En Pablo's de Avandaro tenian Enduro, Stumpjumper FSR y Hardrock...

Hay otra tienda medio escondida casi enfrente (detrás de dos farmacias) que venden Santa Cruz, tenían una Heckler afuera.

En el pueblo había una en la bajada al muelle, que es una Viansi, y tenían una Rush. Un poco mas arriba había otras dos tiendas (una creo que era también de Pablo's bike) y otra que vendían Trek y Gary Fisher.

Y no se por que estoy alucinando que había otra por ahí...


----------



## tacubaya (Jan 27, 2006)

Vi como 100 veces mas cuatrimotos que bicis he...


----------



## rzozaya1969 (Nov 28, 2004)

tacubaya said:


> Vi como 100 veces mas cuatrimotos que bicis he...

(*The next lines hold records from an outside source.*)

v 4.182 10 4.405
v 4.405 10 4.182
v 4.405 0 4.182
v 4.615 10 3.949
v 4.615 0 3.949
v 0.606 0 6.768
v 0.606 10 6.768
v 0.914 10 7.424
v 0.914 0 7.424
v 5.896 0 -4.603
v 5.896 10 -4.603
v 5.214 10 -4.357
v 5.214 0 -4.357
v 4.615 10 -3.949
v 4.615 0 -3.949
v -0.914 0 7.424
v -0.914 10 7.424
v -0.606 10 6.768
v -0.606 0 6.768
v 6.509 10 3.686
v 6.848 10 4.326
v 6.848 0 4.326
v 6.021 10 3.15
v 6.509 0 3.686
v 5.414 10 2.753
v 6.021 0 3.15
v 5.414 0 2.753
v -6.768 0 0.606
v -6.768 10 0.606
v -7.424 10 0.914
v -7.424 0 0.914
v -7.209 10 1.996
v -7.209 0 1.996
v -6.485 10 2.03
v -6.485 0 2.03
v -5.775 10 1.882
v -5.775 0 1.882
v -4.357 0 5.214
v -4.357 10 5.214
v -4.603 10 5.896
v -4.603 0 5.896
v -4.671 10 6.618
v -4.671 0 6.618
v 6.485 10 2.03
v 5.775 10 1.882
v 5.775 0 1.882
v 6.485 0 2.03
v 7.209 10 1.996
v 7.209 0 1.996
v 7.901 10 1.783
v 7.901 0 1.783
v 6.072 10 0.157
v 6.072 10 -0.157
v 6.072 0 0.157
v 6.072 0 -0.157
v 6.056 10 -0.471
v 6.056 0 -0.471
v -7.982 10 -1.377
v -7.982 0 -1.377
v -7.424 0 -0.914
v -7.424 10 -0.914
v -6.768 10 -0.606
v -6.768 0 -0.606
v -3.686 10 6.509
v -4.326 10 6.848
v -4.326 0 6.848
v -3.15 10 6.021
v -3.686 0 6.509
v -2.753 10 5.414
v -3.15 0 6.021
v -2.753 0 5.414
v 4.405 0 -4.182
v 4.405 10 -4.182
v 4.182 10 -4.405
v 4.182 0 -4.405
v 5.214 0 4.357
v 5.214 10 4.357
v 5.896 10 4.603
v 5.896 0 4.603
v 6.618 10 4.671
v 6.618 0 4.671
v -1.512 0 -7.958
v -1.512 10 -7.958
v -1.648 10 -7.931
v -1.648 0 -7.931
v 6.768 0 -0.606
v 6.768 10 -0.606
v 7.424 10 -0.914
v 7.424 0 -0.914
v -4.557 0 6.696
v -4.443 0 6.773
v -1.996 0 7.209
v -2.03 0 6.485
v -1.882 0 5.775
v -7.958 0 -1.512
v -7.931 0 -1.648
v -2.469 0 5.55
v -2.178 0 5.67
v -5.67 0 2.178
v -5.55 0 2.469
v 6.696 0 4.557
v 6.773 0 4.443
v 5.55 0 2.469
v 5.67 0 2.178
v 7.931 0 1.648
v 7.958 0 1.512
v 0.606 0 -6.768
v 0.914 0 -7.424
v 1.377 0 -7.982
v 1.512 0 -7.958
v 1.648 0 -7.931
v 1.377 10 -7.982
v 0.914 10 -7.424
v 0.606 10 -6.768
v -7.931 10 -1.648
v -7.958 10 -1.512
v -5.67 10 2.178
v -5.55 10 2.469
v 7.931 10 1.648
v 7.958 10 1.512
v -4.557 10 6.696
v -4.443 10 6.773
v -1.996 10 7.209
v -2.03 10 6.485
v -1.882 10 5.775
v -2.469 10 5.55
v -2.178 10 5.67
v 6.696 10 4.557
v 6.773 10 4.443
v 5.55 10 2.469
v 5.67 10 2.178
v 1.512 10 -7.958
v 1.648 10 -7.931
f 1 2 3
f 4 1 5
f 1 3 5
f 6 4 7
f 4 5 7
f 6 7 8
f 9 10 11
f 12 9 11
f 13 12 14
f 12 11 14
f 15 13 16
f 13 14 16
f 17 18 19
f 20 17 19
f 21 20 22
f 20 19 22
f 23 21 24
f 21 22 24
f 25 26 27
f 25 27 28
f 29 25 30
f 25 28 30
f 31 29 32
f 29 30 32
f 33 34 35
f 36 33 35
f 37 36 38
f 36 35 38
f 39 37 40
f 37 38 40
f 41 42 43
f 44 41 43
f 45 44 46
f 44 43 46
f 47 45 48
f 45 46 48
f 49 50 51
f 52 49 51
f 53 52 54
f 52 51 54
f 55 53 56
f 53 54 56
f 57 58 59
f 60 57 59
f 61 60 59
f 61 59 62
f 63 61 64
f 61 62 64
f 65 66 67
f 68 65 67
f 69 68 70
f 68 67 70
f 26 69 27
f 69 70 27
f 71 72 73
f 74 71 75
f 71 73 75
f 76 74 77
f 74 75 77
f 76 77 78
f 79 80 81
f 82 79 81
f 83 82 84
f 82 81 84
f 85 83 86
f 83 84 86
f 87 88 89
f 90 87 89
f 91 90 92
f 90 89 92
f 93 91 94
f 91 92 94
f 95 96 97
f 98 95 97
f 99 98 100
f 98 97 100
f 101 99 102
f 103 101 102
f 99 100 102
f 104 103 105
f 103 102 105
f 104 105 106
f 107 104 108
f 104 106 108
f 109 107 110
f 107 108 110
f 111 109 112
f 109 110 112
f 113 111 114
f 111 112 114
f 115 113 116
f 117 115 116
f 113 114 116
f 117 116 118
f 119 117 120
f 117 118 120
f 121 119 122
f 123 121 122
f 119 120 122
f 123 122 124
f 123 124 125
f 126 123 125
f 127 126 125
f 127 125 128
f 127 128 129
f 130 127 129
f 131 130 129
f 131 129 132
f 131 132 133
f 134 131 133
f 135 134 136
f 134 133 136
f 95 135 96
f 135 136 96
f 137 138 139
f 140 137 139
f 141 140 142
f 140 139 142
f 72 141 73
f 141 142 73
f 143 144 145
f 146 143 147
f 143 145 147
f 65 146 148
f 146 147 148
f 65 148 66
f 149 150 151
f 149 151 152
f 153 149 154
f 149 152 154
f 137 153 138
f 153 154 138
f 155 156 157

Si, las cuatrimotos pululan mucho en valle de bravo. son mas cómodas que las bicis... pero si creo que hay muchos ciclistas ( a la mejor estan escondidos por el monte, como debe ser. hahahha)


----------



## 545cu4ch (Aug 11, 2005)

rzozaya1969 said:


> Si, las cuatrimotos pululan mucho en valle de bravo. son mas cómodas que las bicis... pero si creo que hay muchos ciclistas ( a la mejor estan escondidos por el monte, como debe ser. hahahha)


Jajaja pupulan
Yo escuche porai que en valle hay muchos ricachones "posers". Tengo un amigo que su papa tiene un amigo que es dueño de la tienda de spechalized (un wey que por cierto escalo el everest, se le congelaron las patas y se las tuvieron que pelar como mangos :skep Le dijo que hay muchos ricachones que nomas compran lo mas nuevo...
Ah y porque ahora hacemos 50% posts en español y 50% en ingles?? jajajajja


----------



## tacubaya (Jan 27, 2006)

Yo ya no distingo si escribo en español o ingles, si todos hablan ingles pues pienso en ingles y escribo en ingles y viceversa, me pasa seguido...


----------



## Captain Jack Sparrow (Jan 26, 2006)

Vaya yo escribo en español pero por lo regular no pienso lo que escribo... asi que me la paso escribiendo puras pen...itencias... 

Es México pa los mexicanos y amigos latinos... es nuestro orgullo tenr un foro en MTBR
.COM y el primero en español..ó "espaninglich"

Aunque yo con el italiano no tengo problema y ni se diga el ruso y arabe.:lol: 

:thumbsup:


----------



## Gambox (Jun 30, 2004)

*Podemos subir hacia la laguna negra, luego de regreso a Valle puro downhill chingón, pasamos por Avandaro y subir a Monte alto, en total son como 60k.
Luego si quieren comer en el mercadito se come super rico.
La superficie es muy parecida al Desierto de los Leones o el Ajusco, resbaloson y mucho pino, con vistas increibles *


----------



## tacubaya (Jan 27, 2006)

60k no ma, mejor uno de 20 o 30k


----------



## Gambox (Jun 30, 2004)

*A Montealto esta chido, son como 25-30kb.*
Que onda Warp vamos!!!:thumbsup: :eekster: 
Aqui tengo tu rompevientos, cuando te lo doy o tu pasas?


----------



## Warp (May 24, 2004)

Gambox said:


> *A Montealto esta chido, son como 25-30kb.*
> Que onda Warp vamos!!!:thumbsup: :eekster:
> Aqui tengo tu rompevientos, cuando te lo doy o tu pasas?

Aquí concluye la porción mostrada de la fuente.